Let it be said that Chile is not your typical macho Latin Country…not in politics nor wine. Last year Michelle Bachelet was elected Chile’s first female president and among Chile’s roughly 200 wineries a whopping 40% of the winemakers are women.
In a show of solidarity and to get the word out about the large role Chilean women play in that country’s winemaking industry, 8 of Chile’s best-known women winemakers came to New York on October 22 to show off their wines and to talk about the role women are holding in what many observers believe is South America’s most progressive country.

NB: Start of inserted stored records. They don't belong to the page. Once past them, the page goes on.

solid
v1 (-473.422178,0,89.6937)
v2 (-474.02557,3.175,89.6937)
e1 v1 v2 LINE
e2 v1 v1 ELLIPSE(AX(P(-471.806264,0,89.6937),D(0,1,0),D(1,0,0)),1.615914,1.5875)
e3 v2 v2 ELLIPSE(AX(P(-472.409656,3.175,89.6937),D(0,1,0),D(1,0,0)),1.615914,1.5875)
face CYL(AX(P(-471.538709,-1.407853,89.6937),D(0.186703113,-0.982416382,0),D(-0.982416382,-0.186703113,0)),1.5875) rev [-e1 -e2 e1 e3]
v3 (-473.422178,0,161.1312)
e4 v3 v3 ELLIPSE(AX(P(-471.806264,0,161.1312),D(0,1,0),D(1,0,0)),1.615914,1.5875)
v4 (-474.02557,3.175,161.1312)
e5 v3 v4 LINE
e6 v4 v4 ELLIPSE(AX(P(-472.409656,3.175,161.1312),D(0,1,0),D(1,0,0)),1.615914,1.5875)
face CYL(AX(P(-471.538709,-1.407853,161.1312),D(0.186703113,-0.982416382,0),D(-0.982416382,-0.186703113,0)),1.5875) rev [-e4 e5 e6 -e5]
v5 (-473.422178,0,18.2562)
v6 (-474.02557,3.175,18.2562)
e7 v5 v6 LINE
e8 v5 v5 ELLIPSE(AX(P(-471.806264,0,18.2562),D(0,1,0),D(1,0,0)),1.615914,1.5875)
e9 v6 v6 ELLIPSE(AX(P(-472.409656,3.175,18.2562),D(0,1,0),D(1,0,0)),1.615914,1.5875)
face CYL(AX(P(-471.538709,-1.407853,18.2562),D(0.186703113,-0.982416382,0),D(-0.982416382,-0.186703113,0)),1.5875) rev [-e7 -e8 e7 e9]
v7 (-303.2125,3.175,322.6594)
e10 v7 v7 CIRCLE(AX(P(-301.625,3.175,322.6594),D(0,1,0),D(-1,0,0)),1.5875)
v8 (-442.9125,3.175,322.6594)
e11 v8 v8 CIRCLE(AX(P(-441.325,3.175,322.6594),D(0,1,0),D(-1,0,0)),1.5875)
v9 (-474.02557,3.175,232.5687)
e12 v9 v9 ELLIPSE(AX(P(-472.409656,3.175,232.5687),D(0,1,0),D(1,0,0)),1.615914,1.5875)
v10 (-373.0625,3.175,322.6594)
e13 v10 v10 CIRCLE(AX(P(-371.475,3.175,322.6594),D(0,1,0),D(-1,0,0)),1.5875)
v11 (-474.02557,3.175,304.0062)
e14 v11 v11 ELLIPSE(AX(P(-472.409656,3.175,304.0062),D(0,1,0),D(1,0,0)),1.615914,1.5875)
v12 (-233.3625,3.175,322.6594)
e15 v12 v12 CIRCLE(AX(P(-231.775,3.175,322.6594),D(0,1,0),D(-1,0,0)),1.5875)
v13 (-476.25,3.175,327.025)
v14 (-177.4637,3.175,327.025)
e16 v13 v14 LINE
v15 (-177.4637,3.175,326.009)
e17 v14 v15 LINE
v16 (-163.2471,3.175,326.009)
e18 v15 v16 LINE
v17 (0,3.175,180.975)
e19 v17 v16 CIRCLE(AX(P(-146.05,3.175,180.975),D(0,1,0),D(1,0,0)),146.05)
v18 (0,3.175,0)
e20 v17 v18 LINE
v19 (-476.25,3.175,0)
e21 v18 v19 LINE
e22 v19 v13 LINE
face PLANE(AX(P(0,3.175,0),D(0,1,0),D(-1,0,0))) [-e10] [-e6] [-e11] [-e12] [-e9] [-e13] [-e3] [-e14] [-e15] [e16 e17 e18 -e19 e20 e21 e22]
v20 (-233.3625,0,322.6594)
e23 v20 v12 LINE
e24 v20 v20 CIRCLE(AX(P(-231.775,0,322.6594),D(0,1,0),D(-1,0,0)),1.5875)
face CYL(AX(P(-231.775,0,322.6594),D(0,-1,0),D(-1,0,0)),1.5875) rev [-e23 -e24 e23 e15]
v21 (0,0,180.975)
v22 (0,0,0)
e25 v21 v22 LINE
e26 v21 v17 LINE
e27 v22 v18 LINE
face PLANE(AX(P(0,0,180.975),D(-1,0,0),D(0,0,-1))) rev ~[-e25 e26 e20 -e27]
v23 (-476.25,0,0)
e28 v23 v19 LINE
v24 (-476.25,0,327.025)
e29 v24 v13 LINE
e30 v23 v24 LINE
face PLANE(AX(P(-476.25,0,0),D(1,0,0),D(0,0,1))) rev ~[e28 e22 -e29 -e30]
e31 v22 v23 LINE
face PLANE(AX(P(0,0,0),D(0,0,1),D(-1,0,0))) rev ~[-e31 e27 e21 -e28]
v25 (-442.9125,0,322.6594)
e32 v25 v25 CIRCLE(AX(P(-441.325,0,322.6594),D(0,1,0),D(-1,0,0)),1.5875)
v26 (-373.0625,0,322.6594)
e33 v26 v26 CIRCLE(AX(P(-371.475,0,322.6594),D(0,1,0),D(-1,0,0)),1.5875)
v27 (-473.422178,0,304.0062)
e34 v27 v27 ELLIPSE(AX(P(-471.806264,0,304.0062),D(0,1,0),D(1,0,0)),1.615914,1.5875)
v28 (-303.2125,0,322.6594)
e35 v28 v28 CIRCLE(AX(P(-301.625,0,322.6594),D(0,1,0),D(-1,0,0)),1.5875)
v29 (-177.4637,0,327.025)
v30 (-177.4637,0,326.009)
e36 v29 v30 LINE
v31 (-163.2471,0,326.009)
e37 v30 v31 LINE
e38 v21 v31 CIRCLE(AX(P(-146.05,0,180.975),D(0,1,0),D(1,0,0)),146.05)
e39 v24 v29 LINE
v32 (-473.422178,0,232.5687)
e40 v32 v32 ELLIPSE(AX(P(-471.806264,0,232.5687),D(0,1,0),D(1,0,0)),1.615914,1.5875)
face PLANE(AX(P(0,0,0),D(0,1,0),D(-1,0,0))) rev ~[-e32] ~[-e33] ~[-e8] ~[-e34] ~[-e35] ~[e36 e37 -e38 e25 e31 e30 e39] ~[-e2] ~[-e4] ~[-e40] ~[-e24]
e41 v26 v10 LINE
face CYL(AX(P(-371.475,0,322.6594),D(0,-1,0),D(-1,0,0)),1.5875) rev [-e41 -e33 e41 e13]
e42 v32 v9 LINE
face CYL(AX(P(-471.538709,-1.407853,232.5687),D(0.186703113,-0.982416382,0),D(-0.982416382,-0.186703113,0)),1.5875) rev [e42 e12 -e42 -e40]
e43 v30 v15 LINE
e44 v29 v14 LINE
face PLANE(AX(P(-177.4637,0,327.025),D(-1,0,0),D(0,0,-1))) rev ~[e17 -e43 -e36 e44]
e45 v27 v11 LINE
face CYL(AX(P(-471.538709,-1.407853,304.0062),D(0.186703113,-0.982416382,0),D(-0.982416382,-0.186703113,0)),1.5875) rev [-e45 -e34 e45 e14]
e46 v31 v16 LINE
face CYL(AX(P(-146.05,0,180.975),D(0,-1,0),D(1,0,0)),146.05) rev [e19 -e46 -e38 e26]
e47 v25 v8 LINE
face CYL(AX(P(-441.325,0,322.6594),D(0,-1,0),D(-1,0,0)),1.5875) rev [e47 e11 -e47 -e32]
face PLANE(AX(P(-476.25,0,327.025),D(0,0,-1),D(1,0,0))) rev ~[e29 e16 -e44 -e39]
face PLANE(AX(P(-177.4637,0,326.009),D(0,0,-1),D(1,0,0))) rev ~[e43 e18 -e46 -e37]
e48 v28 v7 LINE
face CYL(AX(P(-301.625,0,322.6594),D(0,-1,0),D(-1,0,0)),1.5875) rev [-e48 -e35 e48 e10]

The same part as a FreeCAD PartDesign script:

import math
import FreeCAD as App
import Part
import Sketcher
Q = App.Units.Quantity

doc = App.newDocument("Part")
params = doc.addObject("Spreadsheet::Sheet", "Params")
for row, (alias, value) in enumerate([
    ("sketch1_radius", "5.75 in"),
    ("sketch1_height", "0.04 in"),
    ("sketch1_height2", "7.125 in"),
    ("sketch1_height3", "12.875 in"),
    ("sketch1_diameter", "0.125 in"),
    ("pad1_length", "0.125 in"),
    ("sketch2_diameter", "0.125 in"),
], start=1):
    params.set(f"A{row}", alias)
    params.set(f"B{row}", "=" + value)
    params.setAlias(f"B{row}", alias)

body = doc.addObject("PartDesign::Body", "Body")

sketch1 = body.newObject("Sketcher::SketchObject", "Sketch")
sketch1.AttachmentSupport = (doc.getObject("XZ_Plane"), [""])
sketch1.MapMode = "FlatFace"
sketch1.addGeometry([
    Part.ArcOfCircle(Part.Circle(App.Vector(-146.1, 181, 0), App.Vector(0, 0, 1), 146.1), math.radians(97), math.radians(360)),
    Part.LineSegment(App.Vector(0, 181, 0), App.Vector(0, 0, 0)),
    Part.LineSegment(App.Vector(0, 0, 0), App.Vector(-476.2, 0, 0)),
    Part.LineSegment(App.Vector(-476.2, 0, 0), App.Vector(-476.2, 327, 0)),
    Part.LineSegment(App.Vector(-476.2, 327, 0), App.Vector(-177.5, 327, 0)),
    Part.LineSegment(App.Vector(-177.5, 327, 0), App.Vector(-177.5, 326, 0)),
    Part.LineSegment(App.Vector(-177.5, 326, 0), App.Vector(-163.2, 326, 0)),
    Part.Circle(App.Vector(-231.8, 322.7, 0), App.Vector(0, 0, 1), 1.6),
    Part.Circle(App.Vector(-301.6, 322.7, 0), App.Vector(0, 0, 1), 1.6),
    Part.Circle(App.Vector(-371.5, 322.7, 0), App.Vector(0, 0, 1), 1.6),
    Part.Circle(App.Vector(-441.3, 322.7, 0), App.Vector(0, 0, 1), 1.6),
], False)
sketch1.addConstraint([
    Sketcher.Constraint("Tangent", 0, 2, 1, 1),
    Sketcher.Constraint("Coincident", 1, 2, 2, 1),
    Sketcher.Constraint("Coincident", 2, 2, 3, 1),
    Sketcher.Constraint("Coincident", 3, 2, 4, 1),
    Sketcher.Constraint("Coincident", 4, 2, 5, 1),
    Sketcher.Constraint("Coincident", 5, 2, 6, 1),
    Sketcher.Constraint("Coincident", 6, 2, 0, 1),
    Sketcher.Constraint("Vertical", 1),
    Sketcher.Constraint("Horizontal", 2),
    Sketcher.Constraint("Vertical", 3),
    Sketcher.Constraint("Horizontal", 4),
    Sketcher.Constraint("Vertical", 5),
    Sketcher.Constraint("Horizontal", 6),
    Sketcher.Constraint("Coincident", 1, 2, -1, 1),
    Sketcher.Constraint("Equal", 7, 8),
    Sketcher.Constraint("Equal", 8, 9),
    Sketcher.Constraint("Equal", 9, 10),
    Sketcher.Constraint("Horizontal", 7, 3, 8, 3),
    Sketcher.Constraint("Horizontal", 8, 3, 9, 3),
    Sketcher.Constraint("Horizontal", 9, 3, 10, 3),
    Sketcher.Constraint("Radius", 0, Q("5.75 in")),
    Sketcher.Constraint("DistanceX", 2, 2, 0, 3, Q("13 in")),
    Sketcher.Constraint("DistanceY", 5, 2, 5, 1, Q("0.04 in")),
    Sketcher.Constraint("DistanceY", 1, 2, 1, 1, Q("7.125 in")),
    Sketcher.Constraint("DistanceY", 3, 1, 3, 2, Q("12.875 in")),
    Sketcher.Constraint("Diameter", 7, Q("0.125 in")),
    Sketcher.Constraint("DistanceX", 9, 3, 7, 3, Q("5.5 in")),
    Sketcher.Constraint("DistanceX", 10, 3, 8, 3, Q("5.5 in")),
    Sketcher.Constraint("DistanceX", 8, 3, 7, 3, Q("2.75 in")),
    Sketcher.Constraint("DistanceX", 6, 1, 6, 2, Q("0.5597 in")),
    Sketcher.Constraint("DistanceX", 7, 3, -1, 1, Q("9.125 in")),
    Sketcher.Constraint("DistanceY", -1, 1, 7, 3, Q("12.703126 in")),
])
sketch1.setExpression("Constraints[20]", "Params.sketch1_radius")
sketch1.setExpression("Constraints[22]", "Params.sketch1_height")
sketch1.setExpression("Constraints[23]", "Params.sketch1_height2")
sketch1.setExpression("Constraints[24]", "Params.sketch1_height3")
sketch1.setExpression("Constraints[25]", "Params.sketch1_diameter")
pad1 = body.newObject("PartDesign::Pad", "Pad")
pad1.Profile = sketch1
pad1.setExpression("Length", "Params.pad1_length")
pad1.Reversed = True

sketch2 = body.newObject("Sketcher::SketchObject", "Sketch001")
sketch2.Placement = App.Placement(App.Vector(-464.1307, 0, 8.7312), App.Rotation(App.Vector(-0.982416382, -0.186703113, 0), App.Vector(0, 0, 1), App.Vector(-0.186703113, 0.982416382, 0), "ZXY"))
sketch2.addGeometry([
    Part.Circle(App.Vector(7.5, 223.8, 0), App.Vector(0, 0, 1), 1.6),
    Part.Circle(App.Vector(7.5, 81, 0), App.Vector(0, 0, 1), 1.6),
    Part.Circle(App.Vector(7.5, 9.5, 0), App.Vector(0, 0, 1), 1.6),
    Part.Circle(App.Vector(7.5, 152.4, 0), App.Vector(0, 0, 1), 1.6),
    Part.Circle(App.Vector(7.5, 295.3, 0), App.Vector(0, 0, 1), 1.6),
], False)
sketch2.addConstraint([
    Sketcher.Constraint("Equal", 0, 1),
    Sketcher.Constraint("Equal", 1, 2),
    Sketcher.Constraint("Equal", 2, 3),
    Sketcher.Constraint("Equal", 3, 4),
    Sketcher.Constraint("Vertical", 0, 3, 1, 3),
    Sketcher.Constraint("Vertical", 1, 3, 2, 3),
    Sketcher.Constraint("Vertical", 2, 3, 3, 3),
    Sketcher.Constraint("Vertical", 3, 3, 4, 3),
    Sketcher.Constraint("Diameter", 0, Q("0.125 in")),
    Sketcher.Constraint("DistanceY", -1, 1, 3, 3, Q("6 in")),
    Sketcher.Constraint("DistanceY", 2, 3, 4, 3, Q("11.25 in")),
    Sketcher.Constraint("DistanceX", -1, 1, 0, 3, Q("0.296874 in")),
    Sketcher.Constraint("DistanceY", -1, 1, 0, 3, Q("8.8125 in")),
    Sketcher.Constraint("DistanceY", -1, 1, 1, 3, Q("3.1875 in")),
    Sketcher.Constraint("DistanceY", -1, 1, 2, 3, Q("0.375 in")),
])
sketch2.setExpression("Constraints[8]", "Params.sketch2_diameter")
pocket1 = body.newObject("PartDesign::Pocket", "Pocket")
pocket1.Profile = sketch2
pocket1.Type = "ThroughAll"
pocket1.Reversed = True

doc.recompute()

Leading the group of eight was María Luz Marín, founder and winemaker of Casa Marín in Chile’s coastal San Antonio Valley. A top maker of Pinot Noir and Sauvignon Blanc for the past five plus years, Marín made the point that more often than not women tend to have more patience than men, are mellower in their day-to-day attitudes, and, arguably most important of all, have keener senses of smell and taste. With all that going in their favor, Marín said, it makes sense that women are doing quite well in the winemaking field, which she says was exclusively male just 15 years ago.
Other members of the group, which hopes to someday create an official Chilean women winemakers association, were Cecilia Torres of Santa Rita; Pilar González of Carmen; Ana Maria Cumsille of Altaïr; Andrea Leon of Casa Lapostolle; Cecilia Padilla of Cono Sur; Cecilia Guzmán of Haras de Pirque; and Marcela Garate of Odfjell.
It should be noted that in most cases these women work alongside head winemakers or co-winemakers who are men. Still, girl power has taken on a new meaning in Chile.